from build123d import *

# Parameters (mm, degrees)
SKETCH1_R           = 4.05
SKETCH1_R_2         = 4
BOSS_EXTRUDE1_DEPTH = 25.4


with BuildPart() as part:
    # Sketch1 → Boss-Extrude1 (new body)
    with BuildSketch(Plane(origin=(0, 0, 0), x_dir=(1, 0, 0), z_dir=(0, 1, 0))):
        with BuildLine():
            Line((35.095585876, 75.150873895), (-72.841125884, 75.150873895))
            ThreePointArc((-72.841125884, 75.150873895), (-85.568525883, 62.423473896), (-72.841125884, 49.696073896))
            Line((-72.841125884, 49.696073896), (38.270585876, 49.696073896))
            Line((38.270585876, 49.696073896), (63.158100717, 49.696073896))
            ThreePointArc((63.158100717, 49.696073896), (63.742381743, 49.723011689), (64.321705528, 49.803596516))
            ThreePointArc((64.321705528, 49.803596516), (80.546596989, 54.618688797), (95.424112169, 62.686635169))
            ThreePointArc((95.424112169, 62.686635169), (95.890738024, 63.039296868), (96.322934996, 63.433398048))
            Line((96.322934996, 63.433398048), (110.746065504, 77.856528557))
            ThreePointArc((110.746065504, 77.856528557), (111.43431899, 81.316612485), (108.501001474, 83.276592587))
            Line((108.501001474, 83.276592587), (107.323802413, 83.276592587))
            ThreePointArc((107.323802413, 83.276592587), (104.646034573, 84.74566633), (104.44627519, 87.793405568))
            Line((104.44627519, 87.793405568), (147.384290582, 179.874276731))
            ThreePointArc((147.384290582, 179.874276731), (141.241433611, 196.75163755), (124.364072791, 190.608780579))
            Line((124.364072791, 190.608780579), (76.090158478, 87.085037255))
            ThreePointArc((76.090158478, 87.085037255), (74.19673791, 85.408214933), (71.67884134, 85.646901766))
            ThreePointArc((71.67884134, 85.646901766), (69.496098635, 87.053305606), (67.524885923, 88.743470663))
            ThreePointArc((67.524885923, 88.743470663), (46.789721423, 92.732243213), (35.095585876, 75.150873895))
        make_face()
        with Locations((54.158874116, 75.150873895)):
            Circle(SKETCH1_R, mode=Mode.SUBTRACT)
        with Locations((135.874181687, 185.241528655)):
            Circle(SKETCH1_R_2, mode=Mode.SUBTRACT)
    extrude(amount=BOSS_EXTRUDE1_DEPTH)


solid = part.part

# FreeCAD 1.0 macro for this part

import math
import FreeCAD as App
import Part
import Sketcher
from FreeCAD import Vector
Q = App.Units.Quantity

doc = App.newDocument("Part")
body = doc.addObject("PartDesign::Body", "Body")

sketch1 = body.newObject("Sketcher::SketchObject", "Sketch")
sketch1.AttachmentSupport = (doc.getObject("XZ_Plane"), [""])
sketch1.MapMode = "FlatFace"
sketch1.addGeometry([
    Part.LineSegment(Vector(35.1, -75.2, 0), Vector(-72.8, -75.2, 0)),
    Part.ArcOfCircle(Part.Circle(Vector(-72.8, -62.4, 0), Vector(0, 0, 1), 12.7), math.radians(90), math.radians(270)),
    Part.LineSegment(Vector(-72.8, -49.7, 0), Vector(63.2, -49.7, 0)),
    Part.ArcOfCircle(Part.Circle(Vector(63.2, -56, 0), Vector(0, 0, 1), 6.4), math.radians(79.44), math.radians(90)),
    Part.ArcOfCircle(Part.Circle(Vector(49.4, -129.8, 0), Vector(0, 0, 1), 81.4), math.radians(56), math.radians(79)),
    Part.ArcOfCircle(Part.Circle(Vector(91.8, -67.9, 0), Vector(0, 0, 1), 6.4), math.radians(45), math.radians(55.56)),
    Part.LineSegment(Vector(96.3, -63.4, 0), Vector(110.7, -77.9, 0)),
    Part.ArcOfCircle(Part.Circle(Vector(108.5, -80.1, 0), Vector(0, 0, 1), 3.2), math.radians(-90), math.radians(45)),
    Part.LineSegment(Vector(108.5, -83.3, 0), Vector(107.3, -83.3, 0)),
    Part.ArcOfCircle(Part.Circle(Vector(107.3, -86.5, 0), Vector(0, 0, 1), 3.2), math.radians(90), math.radians(205)),
    Part.LineSegment(Vector(104.4, -87.8, 0), Vector(147.4, -179.9, 0)),
    Part.ArcOfCircle(Part.Circle(Vector(135.9, -185.2, 0), Vector(0, 0, 1), 12.7), math.radians(-155), math.radians(25)),
    Part.LineSegment(Vector(124.4, -190.6, 0), Vector(76.1, -87.1, 0)),
    Part.ArcOfCircle(Part.Circle(Vector(73.2, -88.4, 0), Vector(0, 0, 1), 3.2), math.radians(25), math.radians(119)),
    Part.ArcOfCircle(Part.Circle(Vector(80.9, -102.3, 0), Vector(0, 0, 1), 19.1), math.radians(118.89), math.radians(134.52)),
    Part.ArcOfCircle(Part.Circle(Vector(54.2, -75.2, 0), Vector(0, 0, 1), 19.1), math.radians(-180), math.radians(-45)),
    Part.Circle(Vector(54.2, -75.2, 0), Vector(0, 0, 1), 4),
    Part.Circle(Vector(135.9, -185.2, 0), Vector(0, 0, 1), 4),
], False)
sketch1.addConstraint([
    Sketcher.Constraint("Tangent", 0, 2, 1, 2),
    Sketcher.Constraint("Tangent", 1, 1, 2, 1),
    Sketcher.Constraint("Tangent", 2, 2, 3, 2),
    Sketcher.Constraint("Tangent", 3, 1, 4, 2),
    Sketcher.Constraint("Tangent", 4, 1, 5, 2),
    Sketcher.Constraint("Tangent", 5, 1, 6, 1),
    Sketcher.Constraint("Tangent", 6, 2, 7, 2),
    Sketcher.Constraint("Tangent", 7, 1, 8, 1),
    Sketcher.Constraint("Tangent", 8, 2, 9, 1),
    Sketcher.Constraint("Tangent", 9, 2, 10, 1),
    Sketcher.Constraint("Tangent", 10, 2, 11, 2),
    Sketcher.Constraint("Tangent", 11, 1, 12, 1),
    Sketcher.Constraint("Tangent", 12, 2, 13, 1),
    Sketcher.Constraint("Tangent", 13, 2, 14, 1),
    Sketcher.Constraint("Tangent", 14, 2, 15, 2),
    Sketcher.Constraint("Coincident", 15, 1, 0, 1),
    Sketcher.Constraint("Horizontal", 0),
    Sketcher.Constraint("Horizontal", 2),
    Sketcher.Constraint("Horizontal", 8),
    Sketcher.Constraint("Coincident", 16, 3, 15, 3),
    Sketcher.Constraint("Coincident", 17, 3, 11, 3),
    Sketcher.Constraint("Equal", 3, 5),
    Sketcher.Constraint("Equal", 7, 9),
    Sketcher.Constraint("Equal", 9, 13),
    Sketcher.Constraint("Parallel", 10, 12),
    Sketcher.Constraint("Horizontal", 16, 3, 0, 2),
    Sketcher.Constraint("Radius", 11, Q("0.5 in")),
    Sketcher.Constraint("Radius", 3, Q("0.25 in")),
    Sketcher.Constraint("Radius", 14, Q("0.75 in")),
    Sketcher.Constraint("Distance", 10, Q("4 in")),
    Sketcher.Constraint("Angle", 6, Q("-45 deg")),
    Sketcher.Constraint("Angle", 10, Q("-65 deg")),
    Sketcher.Constraint("Radius", 7, Q("0.125 in")),
    Sketcher.Constraint("DistanceX", 0, 2, 15, 3, Q("5 in")),
    Sketcher.Constraint("Diameter", 16, Q("8.1 mm")),
    Sketcher.Constraint("Diameter", 17, Q("8 mm")),
    Sketcher.Constraint("Radius", 1, Q("12.7274 mm")),
    Sketcher.Constraint("Radius", 15, Q("19.063288 mm")),
    Sketcher.Constraint("DistanceY", 14, 3, 9, 3, Q("0.625 in")),
    Sketcher.Constraint("DistanceX", 8, 2, 8, 1, Q("1.177199 mm")),
    Sketcher.Constraint("Radius", 4, Q("81.352823 mm")),
    Sketcher.Constraint("DistanceX", -1, 1, 3, 3, Q("63.158101 mm")),
    Sketcher.Constraint("DistanceX", -1, 1, 7, 3, Q("108.501001 mm")),
    Sketcher.Constraint("DistanceY", 5, 1, -1, 1, Q("63.433398 mm")),
    Sketcher.Constraint("DistanceY", 13, 2, -1, 1, Q("85.646902 mm")),
    Sketcher.Constraint("DistanceX", 14, 3, 17, 3, Q("54.992601 mm")),
    Sketcher.Constraint("DistanceX", 3, 1, 5, 3, Q("27.511101 mm")),
])
pad1 = body.newObject("PartDesign::Pad", "Pad")
pad1.Profile = sketch1
pad1.Length = Q("1 in")
pad1.Reversed = True

doc.recompute()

***

▶ TASK
Your answer should consist of each line of the data above in which the word "Locations" occurs.

▶ THE COMPLETED TASK
        with Locations((54.158874116, 75.150873895)):
        with Locations((135.874181687, 185.241528655)):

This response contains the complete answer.